Gurpreet SINGH, a.k.a. Harneet Singh, Petitioner, v. Eric H. HOLDER Jr., Attorney General, Respondent.
    No. 07-72539.
    United States Court of Appeals, Ninth Circuit.
    Submitted April 5, 2010.
    
    Filed April 16, 2010.
    Tsz-Hai Huang, Esquire, Rai & Associates, PC, San Francisco, CA, for Petitioner.
    Oil, Brianne Whelan Cohen, Trial, DOJ-U.S. Department of Justice, Washington, DC, Ronald E. Lefevre, Office of the District Counsel, Department of Homeland Security, San Francisco, CA, for Respondent.
    
      Before: RYMER, McKEOWN, and PAEZ, Circuit Judges.
    
      
       The panel unanimously concludes this case is suitable for decision without oral argument. See Fed. R.App. P. 34(a)(2).
    
   MEMORANDUM

Gurpreet Singh, a native and citizen of India, petitions for review of the Board of Immigration Appeals’ (“BIA”) order dismissing his appeal from an immigration judge’s decision denying his application for asylum, withholding of removal, and protection under the Convention Against Torture (“CAT”). We have jurisdiction under 8 U.S.C. § 1252. We review for substantial evidence, Zehatye v. Gonzales, 453 F.3d 1182, 1184-85 (9th Cir.2006), and we deny the petition for review.

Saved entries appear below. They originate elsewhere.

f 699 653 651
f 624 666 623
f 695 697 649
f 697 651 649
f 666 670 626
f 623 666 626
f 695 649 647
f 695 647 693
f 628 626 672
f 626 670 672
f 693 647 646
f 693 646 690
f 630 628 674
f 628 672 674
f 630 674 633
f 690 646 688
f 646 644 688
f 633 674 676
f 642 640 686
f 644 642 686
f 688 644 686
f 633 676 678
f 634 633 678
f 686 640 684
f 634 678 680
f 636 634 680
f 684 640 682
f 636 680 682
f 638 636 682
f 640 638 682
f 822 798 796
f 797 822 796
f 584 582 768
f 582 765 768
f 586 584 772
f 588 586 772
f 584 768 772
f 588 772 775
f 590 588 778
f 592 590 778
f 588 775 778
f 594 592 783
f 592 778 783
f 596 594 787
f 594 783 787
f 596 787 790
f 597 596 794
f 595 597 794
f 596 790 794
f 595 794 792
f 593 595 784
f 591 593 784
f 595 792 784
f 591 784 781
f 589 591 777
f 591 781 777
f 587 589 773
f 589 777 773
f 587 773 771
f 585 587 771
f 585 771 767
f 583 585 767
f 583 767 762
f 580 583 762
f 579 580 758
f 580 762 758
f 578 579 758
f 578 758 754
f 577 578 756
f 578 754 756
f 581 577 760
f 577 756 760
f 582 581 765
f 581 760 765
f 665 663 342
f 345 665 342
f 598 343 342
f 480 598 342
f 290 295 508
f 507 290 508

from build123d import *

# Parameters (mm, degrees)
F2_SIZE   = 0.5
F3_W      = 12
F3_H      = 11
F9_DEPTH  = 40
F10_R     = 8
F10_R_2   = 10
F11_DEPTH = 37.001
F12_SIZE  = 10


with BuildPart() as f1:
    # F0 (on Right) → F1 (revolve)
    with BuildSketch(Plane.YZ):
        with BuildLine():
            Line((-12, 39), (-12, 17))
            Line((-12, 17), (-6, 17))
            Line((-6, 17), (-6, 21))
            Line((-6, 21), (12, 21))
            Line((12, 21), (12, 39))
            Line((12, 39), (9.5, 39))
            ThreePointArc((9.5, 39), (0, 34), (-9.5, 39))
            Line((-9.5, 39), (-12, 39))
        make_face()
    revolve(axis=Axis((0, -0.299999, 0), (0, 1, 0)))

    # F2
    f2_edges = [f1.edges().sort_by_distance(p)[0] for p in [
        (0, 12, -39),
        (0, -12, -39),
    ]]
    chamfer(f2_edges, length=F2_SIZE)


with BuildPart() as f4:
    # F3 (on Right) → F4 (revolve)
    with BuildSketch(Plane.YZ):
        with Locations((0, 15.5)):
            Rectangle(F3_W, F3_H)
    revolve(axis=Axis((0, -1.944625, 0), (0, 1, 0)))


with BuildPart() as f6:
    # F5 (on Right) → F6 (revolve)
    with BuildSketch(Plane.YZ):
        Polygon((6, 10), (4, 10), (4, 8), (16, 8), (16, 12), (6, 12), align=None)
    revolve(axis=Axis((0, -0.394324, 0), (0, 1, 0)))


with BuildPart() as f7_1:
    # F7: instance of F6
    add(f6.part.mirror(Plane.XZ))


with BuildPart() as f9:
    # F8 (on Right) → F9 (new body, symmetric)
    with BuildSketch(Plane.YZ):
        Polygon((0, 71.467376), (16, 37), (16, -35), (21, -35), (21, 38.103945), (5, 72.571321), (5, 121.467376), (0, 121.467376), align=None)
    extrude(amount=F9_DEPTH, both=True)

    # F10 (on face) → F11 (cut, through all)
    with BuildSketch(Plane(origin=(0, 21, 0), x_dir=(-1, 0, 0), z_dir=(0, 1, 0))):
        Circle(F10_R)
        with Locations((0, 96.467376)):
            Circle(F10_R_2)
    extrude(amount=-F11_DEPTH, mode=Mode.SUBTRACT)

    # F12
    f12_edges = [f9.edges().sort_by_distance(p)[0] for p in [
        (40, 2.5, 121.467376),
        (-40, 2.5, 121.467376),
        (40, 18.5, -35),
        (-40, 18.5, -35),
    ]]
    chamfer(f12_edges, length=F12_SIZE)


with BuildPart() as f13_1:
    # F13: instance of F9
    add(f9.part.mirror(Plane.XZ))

Substantial evidence supports the BIA’s determination that Singh did not establish past persecution because he was not arrested, detained, or mistreated in India. See Hoxha v. Ashcroft, 319 F.3d 1179, 1182 (9th Cir.2003). Substantial evidence also supports the BIA’s conclusion that Singh failed to establish a well-founded fear of persecution because his fear of being targeted was speculative, see Nagoulko v. INS, 333 F.3d 1012, 1016-17 (9th Cir.2003), and Singh failed to show that his father’s negative experience was part of a pattern of persecution closely tied to him, see Arriaga-Barrientos v. INS, 937 F.2d 411, 414 (9th Cir.1991). Accordingly Singh’s asylum claim fails.

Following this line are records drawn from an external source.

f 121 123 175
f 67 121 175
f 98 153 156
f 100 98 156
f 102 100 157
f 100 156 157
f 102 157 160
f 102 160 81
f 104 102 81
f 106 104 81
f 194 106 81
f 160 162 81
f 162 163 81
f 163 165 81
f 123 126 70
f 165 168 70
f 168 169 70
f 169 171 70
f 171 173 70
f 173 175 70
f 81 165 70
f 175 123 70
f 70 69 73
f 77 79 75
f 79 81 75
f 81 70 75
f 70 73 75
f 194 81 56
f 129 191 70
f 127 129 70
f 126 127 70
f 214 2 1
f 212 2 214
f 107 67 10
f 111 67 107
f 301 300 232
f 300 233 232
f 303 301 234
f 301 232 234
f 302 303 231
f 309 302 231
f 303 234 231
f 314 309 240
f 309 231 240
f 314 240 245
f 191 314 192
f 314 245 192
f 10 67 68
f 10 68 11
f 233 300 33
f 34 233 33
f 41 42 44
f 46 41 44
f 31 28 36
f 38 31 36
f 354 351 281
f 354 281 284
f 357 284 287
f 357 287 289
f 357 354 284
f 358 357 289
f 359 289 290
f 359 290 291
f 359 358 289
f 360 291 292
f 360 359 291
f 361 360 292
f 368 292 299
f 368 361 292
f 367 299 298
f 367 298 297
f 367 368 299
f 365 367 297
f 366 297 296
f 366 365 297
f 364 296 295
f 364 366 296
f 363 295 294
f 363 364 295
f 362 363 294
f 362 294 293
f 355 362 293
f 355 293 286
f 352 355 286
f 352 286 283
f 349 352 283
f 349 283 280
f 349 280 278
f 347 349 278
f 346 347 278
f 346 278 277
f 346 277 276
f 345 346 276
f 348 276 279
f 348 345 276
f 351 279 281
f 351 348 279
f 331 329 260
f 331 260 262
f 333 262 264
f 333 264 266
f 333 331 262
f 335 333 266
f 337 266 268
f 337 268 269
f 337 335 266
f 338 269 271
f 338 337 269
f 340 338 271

Because Singh failed to demonstrate eligibility for asylum, it follows that he did not satisfy the more stringent standard for withholding of removal. See Dinu v. Ashcroft, 372 F.3d 1041, 1045 (9th Cir.2004).

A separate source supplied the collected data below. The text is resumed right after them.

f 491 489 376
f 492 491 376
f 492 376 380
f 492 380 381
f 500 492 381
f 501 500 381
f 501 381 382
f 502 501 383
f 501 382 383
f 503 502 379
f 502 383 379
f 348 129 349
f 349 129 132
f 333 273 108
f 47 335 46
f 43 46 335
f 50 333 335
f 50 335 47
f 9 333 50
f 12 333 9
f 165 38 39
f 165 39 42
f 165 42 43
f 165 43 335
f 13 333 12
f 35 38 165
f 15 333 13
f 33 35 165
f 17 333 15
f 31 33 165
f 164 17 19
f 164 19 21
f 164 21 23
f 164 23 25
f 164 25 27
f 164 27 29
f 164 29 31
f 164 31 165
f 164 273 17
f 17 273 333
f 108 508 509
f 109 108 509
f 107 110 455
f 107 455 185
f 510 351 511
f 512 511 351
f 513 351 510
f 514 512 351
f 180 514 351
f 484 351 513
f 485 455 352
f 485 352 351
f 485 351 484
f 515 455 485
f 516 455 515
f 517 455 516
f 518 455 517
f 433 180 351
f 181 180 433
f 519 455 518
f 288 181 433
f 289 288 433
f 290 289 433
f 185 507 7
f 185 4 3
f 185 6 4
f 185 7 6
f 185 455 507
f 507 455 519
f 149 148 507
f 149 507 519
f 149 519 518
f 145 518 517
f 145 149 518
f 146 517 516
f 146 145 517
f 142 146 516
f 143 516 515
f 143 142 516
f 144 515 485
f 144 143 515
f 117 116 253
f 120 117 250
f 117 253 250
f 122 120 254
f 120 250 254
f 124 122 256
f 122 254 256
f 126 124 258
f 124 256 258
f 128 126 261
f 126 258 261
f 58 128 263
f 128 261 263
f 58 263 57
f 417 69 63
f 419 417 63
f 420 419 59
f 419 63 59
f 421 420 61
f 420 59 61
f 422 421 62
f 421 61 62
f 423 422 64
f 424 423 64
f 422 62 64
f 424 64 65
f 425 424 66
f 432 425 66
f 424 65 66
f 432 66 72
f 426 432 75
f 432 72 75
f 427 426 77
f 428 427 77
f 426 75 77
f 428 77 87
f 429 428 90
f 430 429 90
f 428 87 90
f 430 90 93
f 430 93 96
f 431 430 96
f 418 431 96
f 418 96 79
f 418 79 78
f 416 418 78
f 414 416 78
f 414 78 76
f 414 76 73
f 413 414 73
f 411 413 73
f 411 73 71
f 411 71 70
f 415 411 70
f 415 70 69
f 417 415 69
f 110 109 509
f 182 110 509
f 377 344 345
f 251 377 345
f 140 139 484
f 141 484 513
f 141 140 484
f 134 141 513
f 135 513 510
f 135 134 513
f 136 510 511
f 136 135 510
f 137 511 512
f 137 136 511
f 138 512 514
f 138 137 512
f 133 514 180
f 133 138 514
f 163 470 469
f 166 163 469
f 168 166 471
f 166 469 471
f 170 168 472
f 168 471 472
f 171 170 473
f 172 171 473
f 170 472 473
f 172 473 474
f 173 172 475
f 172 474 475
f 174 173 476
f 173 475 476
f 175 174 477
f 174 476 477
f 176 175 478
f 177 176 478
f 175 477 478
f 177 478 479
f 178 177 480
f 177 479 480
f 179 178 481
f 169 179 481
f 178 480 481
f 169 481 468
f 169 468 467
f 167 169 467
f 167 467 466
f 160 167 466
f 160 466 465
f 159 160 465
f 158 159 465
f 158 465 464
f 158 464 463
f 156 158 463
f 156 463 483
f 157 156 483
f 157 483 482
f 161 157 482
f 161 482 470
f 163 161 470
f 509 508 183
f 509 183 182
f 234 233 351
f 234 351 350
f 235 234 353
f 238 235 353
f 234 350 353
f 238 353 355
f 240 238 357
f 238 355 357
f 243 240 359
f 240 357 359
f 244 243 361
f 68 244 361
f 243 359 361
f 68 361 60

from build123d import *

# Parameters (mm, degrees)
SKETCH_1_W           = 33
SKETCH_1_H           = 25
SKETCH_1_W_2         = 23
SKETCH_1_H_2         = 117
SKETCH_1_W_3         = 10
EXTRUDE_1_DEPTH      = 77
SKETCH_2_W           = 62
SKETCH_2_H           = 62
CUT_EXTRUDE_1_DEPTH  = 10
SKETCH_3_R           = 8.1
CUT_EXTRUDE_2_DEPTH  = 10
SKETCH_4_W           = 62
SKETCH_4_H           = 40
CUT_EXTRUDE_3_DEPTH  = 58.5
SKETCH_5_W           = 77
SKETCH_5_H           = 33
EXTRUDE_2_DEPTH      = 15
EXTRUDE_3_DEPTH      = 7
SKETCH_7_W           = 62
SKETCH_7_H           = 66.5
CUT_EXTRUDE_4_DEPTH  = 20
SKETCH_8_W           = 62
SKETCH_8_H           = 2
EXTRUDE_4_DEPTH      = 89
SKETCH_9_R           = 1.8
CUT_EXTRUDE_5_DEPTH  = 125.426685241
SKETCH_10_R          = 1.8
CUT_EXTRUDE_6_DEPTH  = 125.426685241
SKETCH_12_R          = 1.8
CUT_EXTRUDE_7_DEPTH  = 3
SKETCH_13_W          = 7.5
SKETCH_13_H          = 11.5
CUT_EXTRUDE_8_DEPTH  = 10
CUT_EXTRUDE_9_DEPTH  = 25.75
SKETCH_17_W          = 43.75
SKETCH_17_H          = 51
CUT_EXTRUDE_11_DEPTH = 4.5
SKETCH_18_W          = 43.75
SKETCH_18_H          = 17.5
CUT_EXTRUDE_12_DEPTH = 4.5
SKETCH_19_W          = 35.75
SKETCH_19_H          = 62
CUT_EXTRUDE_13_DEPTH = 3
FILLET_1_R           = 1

Substantial evidence also supports the BIA’s denial of Singh’s CAT claim because Singh failed to establish it was more likely than not he would be tortured if returned to India. See El Himri v. Ashcroft, 378 F.3d 932, 938 (9th Cir.2004).

PETITION FOR REVIEW DENIED. 
      
       This disposition is not appropriate for publication and is not precedent except as provided by 9th Cir. R. 36-3.